BEGIN Data excerpts

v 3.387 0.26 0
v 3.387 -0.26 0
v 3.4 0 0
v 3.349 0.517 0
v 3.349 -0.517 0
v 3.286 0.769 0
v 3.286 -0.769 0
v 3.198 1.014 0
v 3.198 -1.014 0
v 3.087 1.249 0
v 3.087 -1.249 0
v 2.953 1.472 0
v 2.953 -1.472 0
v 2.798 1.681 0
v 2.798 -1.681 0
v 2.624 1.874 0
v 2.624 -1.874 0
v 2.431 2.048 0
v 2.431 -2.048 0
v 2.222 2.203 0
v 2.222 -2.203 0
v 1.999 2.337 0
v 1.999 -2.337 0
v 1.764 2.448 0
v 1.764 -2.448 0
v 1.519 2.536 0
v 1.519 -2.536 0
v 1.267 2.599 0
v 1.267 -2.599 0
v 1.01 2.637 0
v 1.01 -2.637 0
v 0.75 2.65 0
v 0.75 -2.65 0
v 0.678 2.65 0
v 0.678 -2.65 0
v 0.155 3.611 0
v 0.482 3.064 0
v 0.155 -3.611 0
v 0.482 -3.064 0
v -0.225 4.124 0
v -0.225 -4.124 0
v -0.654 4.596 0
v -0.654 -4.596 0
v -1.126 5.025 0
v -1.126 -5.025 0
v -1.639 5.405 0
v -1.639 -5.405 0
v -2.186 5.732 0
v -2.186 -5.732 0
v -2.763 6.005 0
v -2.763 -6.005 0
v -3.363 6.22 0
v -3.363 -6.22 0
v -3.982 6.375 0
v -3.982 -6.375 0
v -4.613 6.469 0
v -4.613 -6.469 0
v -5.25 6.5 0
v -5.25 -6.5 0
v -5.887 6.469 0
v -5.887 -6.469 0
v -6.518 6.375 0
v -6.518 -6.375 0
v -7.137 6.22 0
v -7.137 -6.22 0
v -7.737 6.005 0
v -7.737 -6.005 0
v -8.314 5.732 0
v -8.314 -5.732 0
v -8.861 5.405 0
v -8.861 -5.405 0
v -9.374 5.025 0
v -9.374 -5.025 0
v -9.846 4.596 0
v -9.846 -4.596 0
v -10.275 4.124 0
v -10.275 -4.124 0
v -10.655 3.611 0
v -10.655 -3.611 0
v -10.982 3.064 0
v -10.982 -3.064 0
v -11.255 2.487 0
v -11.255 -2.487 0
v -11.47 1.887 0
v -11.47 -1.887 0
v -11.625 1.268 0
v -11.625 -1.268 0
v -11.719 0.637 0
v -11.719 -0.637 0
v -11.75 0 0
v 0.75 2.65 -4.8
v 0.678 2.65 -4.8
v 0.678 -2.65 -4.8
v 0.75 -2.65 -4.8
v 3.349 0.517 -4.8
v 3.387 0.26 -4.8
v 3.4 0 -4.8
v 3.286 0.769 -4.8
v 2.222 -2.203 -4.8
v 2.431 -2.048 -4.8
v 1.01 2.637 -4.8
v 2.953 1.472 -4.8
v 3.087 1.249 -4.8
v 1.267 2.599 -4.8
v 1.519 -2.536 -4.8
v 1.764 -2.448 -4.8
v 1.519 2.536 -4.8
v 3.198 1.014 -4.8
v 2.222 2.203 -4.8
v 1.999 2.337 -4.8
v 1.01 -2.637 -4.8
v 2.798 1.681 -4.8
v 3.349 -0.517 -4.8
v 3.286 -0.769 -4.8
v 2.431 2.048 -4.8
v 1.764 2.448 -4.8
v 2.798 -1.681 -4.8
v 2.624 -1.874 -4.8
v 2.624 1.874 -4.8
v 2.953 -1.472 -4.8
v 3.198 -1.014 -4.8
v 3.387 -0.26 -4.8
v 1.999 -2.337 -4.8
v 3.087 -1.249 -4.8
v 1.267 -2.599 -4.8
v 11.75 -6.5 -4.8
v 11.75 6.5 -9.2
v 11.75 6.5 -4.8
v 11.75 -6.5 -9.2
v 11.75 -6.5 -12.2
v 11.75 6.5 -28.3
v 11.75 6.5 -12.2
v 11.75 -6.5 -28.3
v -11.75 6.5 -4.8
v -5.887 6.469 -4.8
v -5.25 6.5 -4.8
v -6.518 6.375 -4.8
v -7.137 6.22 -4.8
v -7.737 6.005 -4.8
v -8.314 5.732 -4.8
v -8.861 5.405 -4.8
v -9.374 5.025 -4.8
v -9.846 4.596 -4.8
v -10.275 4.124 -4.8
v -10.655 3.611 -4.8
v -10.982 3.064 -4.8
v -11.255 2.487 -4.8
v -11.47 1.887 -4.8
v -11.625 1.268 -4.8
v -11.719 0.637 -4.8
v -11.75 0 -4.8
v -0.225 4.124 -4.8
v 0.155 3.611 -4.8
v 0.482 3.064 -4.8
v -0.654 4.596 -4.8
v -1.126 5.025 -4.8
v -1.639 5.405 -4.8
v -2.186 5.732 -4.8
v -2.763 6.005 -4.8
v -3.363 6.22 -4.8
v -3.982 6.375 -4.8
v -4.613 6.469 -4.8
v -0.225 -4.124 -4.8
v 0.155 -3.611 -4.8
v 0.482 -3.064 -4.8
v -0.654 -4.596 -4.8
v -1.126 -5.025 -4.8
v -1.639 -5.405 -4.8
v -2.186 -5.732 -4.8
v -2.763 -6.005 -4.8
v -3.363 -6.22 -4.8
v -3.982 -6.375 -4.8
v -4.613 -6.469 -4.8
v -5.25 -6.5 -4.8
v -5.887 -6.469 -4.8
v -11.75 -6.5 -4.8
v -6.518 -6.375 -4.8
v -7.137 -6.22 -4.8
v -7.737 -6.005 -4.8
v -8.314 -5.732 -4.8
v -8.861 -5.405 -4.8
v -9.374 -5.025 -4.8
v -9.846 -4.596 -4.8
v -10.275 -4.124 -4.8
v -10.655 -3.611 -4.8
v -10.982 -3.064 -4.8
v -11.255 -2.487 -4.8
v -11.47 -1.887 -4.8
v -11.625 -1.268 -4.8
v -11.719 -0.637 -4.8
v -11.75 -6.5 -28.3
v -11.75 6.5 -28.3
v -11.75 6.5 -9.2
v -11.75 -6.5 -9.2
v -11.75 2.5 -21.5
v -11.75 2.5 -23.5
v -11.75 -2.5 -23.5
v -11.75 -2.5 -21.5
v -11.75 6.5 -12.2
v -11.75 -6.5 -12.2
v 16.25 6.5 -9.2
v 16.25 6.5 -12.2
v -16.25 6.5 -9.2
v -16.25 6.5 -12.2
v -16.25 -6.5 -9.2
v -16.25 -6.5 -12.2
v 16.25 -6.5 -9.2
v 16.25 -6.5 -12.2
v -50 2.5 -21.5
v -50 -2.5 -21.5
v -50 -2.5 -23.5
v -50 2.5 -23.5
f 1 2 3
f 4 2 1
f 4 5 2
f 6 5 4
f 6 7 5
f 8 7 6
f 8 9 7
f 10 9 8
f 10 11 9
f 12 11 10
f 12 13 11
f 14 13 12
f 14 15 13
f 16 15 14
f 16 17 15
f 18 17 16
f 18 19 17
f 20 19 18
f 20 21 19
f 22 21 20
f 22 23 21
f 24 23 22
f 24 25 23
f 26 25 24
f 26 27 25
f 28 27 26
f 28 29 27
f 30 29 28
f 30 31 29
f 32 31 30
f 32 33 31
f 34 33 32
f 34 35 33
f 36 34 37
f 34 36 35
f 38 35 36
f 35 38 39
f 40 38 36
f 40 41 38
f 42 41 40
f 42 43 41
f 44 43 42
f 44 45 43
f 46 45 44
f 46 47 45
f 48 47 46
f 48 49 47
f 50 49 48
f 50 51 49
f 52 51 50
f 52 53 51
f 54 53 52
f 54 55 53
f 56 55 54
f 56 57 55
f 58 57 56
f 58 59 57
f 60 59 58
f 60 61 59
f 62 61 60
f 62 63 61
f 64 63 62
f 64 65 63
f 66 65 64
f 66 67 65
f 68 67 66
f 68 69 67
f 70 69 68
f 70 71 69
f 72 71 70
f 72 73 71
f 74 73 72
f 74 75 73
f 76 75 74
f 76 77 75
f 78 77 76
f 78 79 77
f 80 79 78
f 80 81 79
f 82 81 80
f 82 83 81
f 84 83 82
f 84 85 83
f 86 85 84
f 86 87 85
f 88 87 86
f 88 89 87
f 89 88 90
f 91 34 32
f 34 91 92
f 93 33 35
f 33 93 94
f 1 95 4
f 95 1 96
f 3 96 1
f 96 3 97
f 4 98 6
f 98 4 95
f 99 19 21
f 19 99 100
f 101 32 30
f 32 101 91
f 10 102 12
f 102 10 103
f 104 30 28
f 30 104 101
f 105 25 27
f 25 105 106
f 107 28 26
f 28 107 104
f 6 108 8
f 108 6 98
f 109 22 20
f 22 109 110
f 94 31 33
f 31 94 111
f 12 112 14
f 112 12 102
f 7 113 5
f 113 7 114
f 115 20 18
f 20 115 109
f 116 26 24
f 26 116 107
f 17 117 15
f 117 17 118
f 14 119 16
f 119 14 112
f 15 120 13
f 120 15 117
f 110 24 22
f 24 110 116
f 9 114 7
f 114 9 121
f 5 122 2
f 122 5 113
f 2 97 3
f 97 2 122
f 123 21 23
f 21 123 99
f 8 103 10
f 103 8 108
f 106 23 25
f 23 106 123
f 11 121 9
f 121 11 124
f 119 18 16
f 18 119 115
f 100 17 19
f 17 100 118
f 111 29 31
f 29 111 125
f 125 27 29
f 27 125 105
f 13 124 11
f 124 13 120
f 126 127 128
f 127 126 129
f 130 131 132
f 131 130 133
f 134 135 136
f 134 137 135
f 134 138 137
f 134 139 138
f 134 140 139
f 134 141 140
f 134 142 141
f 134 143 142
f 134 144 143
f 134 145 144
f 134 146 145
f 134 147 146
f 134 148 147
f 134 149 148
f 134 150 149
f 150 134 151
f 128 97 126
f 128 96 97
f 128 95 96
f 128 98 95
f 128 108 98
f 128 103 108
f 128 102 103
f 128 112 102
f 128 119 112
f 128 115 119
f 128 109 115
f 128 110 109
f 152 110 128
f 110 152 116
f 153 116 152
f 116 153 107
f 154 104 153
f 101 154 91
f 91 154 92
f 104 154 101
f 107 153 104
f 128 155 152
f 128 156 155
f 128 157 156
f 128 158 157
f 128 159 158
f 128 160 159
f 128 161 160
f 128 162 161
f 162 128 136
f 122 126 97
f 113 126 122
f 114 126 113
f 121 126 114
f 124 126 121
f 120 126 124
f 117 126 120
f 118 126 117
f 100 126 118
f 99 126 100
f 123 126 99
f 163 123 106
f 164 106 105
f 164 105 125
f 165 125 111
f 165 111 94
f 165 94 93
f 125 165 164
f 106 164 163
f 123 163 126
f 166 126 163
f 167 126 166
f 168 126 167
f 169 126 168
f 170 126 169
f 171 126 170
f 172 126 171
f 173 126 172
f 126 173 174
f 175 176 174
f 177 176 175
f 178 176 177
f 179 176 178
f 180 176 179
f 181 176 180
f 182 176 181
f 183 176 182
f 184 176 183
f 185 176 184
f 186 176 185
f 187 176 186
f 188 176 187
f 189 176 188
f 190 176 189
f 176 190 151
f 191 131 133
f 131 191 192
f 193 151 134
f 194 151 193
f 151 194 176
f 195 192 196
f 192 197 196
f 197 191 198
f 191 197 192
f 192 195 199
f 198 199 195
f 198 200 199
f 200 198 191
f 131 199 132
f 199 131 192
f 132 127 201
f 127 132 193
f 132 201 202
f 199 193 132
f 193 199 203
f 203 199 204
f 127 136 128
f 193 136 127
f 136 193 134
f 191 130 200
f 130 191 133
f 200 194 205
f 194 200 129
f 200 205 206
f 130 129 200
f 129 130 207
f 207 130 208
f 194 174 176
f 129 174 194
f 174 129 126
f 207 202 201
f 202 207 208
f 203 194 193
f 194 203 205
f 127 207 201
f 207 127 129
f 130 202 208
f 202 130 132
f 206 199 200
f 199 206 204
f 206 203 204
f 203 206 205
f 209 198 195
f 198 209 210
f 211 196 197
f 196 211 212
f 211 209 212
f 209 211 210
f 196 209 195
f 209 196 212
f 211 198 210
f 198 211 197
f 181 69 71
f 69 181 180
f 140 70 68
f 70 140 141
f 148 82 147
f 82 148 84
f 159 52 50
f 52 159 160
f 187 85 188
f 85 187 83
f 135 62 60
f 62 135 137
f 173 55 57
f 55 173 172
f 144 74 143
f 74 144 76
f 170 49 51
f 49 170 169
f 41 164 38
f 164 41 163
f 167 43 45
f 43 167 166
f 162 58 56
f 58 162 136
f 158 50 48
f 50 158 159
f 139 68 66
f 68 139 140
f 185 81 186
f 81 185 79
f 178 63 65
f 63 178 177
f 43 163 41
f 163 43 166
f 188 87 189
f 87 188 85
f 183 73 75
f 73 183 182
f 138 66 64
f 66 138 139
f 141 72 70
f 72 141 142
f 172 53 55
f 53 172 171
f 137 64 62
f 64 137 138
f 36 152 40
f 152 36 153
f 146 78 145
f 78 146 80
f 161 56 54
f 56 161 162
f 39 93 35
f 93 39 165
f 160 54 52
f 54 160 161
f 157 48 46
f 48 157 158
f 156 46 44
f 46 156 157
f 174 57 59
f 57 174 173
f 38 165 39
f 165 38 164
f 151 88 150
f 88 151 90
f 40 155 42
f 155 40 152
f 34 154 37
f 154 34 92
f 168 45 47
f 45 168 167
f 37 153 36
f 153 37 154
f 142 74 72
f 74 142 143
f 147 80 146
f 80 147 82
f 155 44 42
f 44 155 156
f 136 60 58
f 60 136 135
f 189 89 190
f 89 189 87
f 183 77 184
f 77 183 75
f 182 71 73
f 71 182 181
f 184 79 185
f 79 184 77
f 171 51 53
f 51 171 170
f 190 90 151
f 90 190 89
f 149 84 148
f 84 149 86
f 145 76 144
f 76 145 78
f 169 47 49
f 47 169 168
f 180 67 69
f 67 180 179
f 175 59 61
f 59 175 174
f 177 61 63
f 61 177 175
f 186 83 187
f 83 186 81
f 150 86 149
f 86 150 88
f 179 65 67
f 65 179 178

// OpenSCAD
// file: Common/Util/Common/Util/Shapes/Flat_Ring_Segment.scad
// Auther: Tobias Grundtvig
// Date: Oct 1, 2020
//
// A segment of a flat ring

use <Pie_2D.scad>
use <Flat_Ring.scad>

Flat_Ring_Segment(  inner_diameter=20,
                    outer_diameter=25,
                    height=5,
                    from_angle=45,
                    to_angle=135,
                    t_y="neg",
                    angular_resolution=32);

module Flat_Ring_Segment(   inner_diameter,
                            outer_diameter,
                            height,
                            from_angle,
                            to_angle,
                            t_x="center",
                            t_y="center",
                            t_z="center",
                            angular_resolution=32)
{
    tx = t_x == "neg" ? -outer_diameter/2 : 
            t_x == "pos" ? outer_diameter/2 : 0;
    ty = t_y == "neg" ? -outer_diameter/2 : 
            t_y == "pos" ? outer_diameter/2 : 0;
    tz = t_z == "neg" ? -height/2 : 
            t_z == "pos" ? height/2 : 0;
    translate([tx, ty, tz])
    intersection()
    {
        linear_extrude(height=height, center=true)
        {
            Pie_2D
            (
                diameter=outer_diameter*2,
                from_angle=from_angle,
                to_angle=to_angle,
                steps = 8
            );
        }
        Flat_Ring(  inner_diameter=inner_diameter,
                    outer_diameter=outer_diameter,
                    height=height,
                    angular_resolution=angular_resolution);
    }
}
// file: Common/Util/Common/Util/Shapes/Torus_Segment.scad
// Auther: Tobias Grundtvig
// Date: Oct 1, 2020
//
// A segment of a flat ring

use <Pie_2D.scad>
use <Torus.scad>

Torus_Segment(  small_diameter=10,
                big_diameter=40,
                from_angle=45,
                to_angle=90,
                t_y="neg",
                angular_resolution=64);

module Torus_Segment(   small_diameter,
                        big_diameter,
                        from_angle,
                        to_angle,
                        t_x="center",
                        t_y="center",
                        t_z="center",
                        angular_resolution=32)
{
    tx = t_x == "neg" ? -0.5*big_diameter - 0.5*small_diameter : 
            t_x == "pos" ? 0.5*big_diameter + 0.5*small_diameter : 0;
    ty = t_y == "neg" ? -0.5*big_diameter - 0.5*small_diameter : 
            t_y == "pos" ? 0.5*big_diameter + 0.5*small_diameter : 0;
    tz = t_z == "neg" ? -0.5*small_diameter : 
            t_z == "pos" ? 0.5*small_diameter : 0;
    translate([tx, ty, tz])
    intersection()
    {
        linear_extrude(height=small_diameter+2, center=true)
        {
            Pie_2D
            (
                diameter=(small_diameter+big_diameter)*2,
                from_angle=from_angle,
                to_angle=to_angle,
                steps = 8
            );
        }
        Torus(  small_diameter=small_diameter,
                big_diameter=big_diameter,
                angular_resolution=angular_resolution);
    }
}
// file: Common/Util/Common/Util/Shapes/Cone_Segment.scad
// Auther: Tobias Grundtvig
// Date: Oct 1, 2020
//
// A segment of a cone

END Data excerpts

Work to complete ::
Considering only the material above, set down every line from the one with "f 187 85 188" to the one with "f 175 59 61", inclusive, exactly as written.

Solution to the problem ::
f 187 85 188
f 85 187 83
f 135 62 60
f 62 135 137
f 173 55 57
f 55 173 172
f 144 74 143
f 74 144 76
f 170 49 51
f 49 170 169
f 41 164 38
f 164 41 163
f 167 43 45
f 43 167 166
f 162 58 56
f 58 162 136
f 158 50 48
f 50 158 159
f 139 68 66
f 68 139 140
f 185 81 186
f 81 185 79
f 178 63 65
f 63 178 177
f 43 163 41
f 163 43 166
f 188 87 189
f 87 188 85
f 183 73 75
f 73 183 182
f 138 66 64
f 66 138 139
f 141 72 70
f 72 141 142
f 172 53 55
f 53 172 171
f 137 64 62
f 64 137 138
f 36 152 40
f 152 36 153
f 146 78 145
f 78 146 80
f 161 56 54
f 56 161 162
f 39 93 35
f 93 39 165
f 160 54 52
f 54 160 161
f 157 48 46
f 48 157 158
f 156 46 44
f 46 156 157
f 174 57 59
f 57 174 173
f 38 165 39
f 165 38 164
f 151 88 150
f 88 151 90
f 40 155 42
f 155 40 152
f 34 154 37
f 154 34 92
f 168 45 47
f 45 168 167
f 37 153 36
f 153 37 154
f 142 74 72
f 74 142 143
f 147 80 146
f 80 147 82
f 155 44 42
f 44 155 156
f 136 60 58
f 60 136 135
f 189 89 190
f 89 189 87
f 183 77 184
f 77 183 75
f 182 71 73
f 71 182 181
f 184 79 185
f 79 184 77
f 171 51 53
f 51 171 170
f 190 90 151
f 90 190 89
f 149 84 148
f 84 149 86
f 145 76 144
f 76 145 78
f 169 47 49
f 47 169 168
f 180 67 69
f 67 180 179
f 175 59 61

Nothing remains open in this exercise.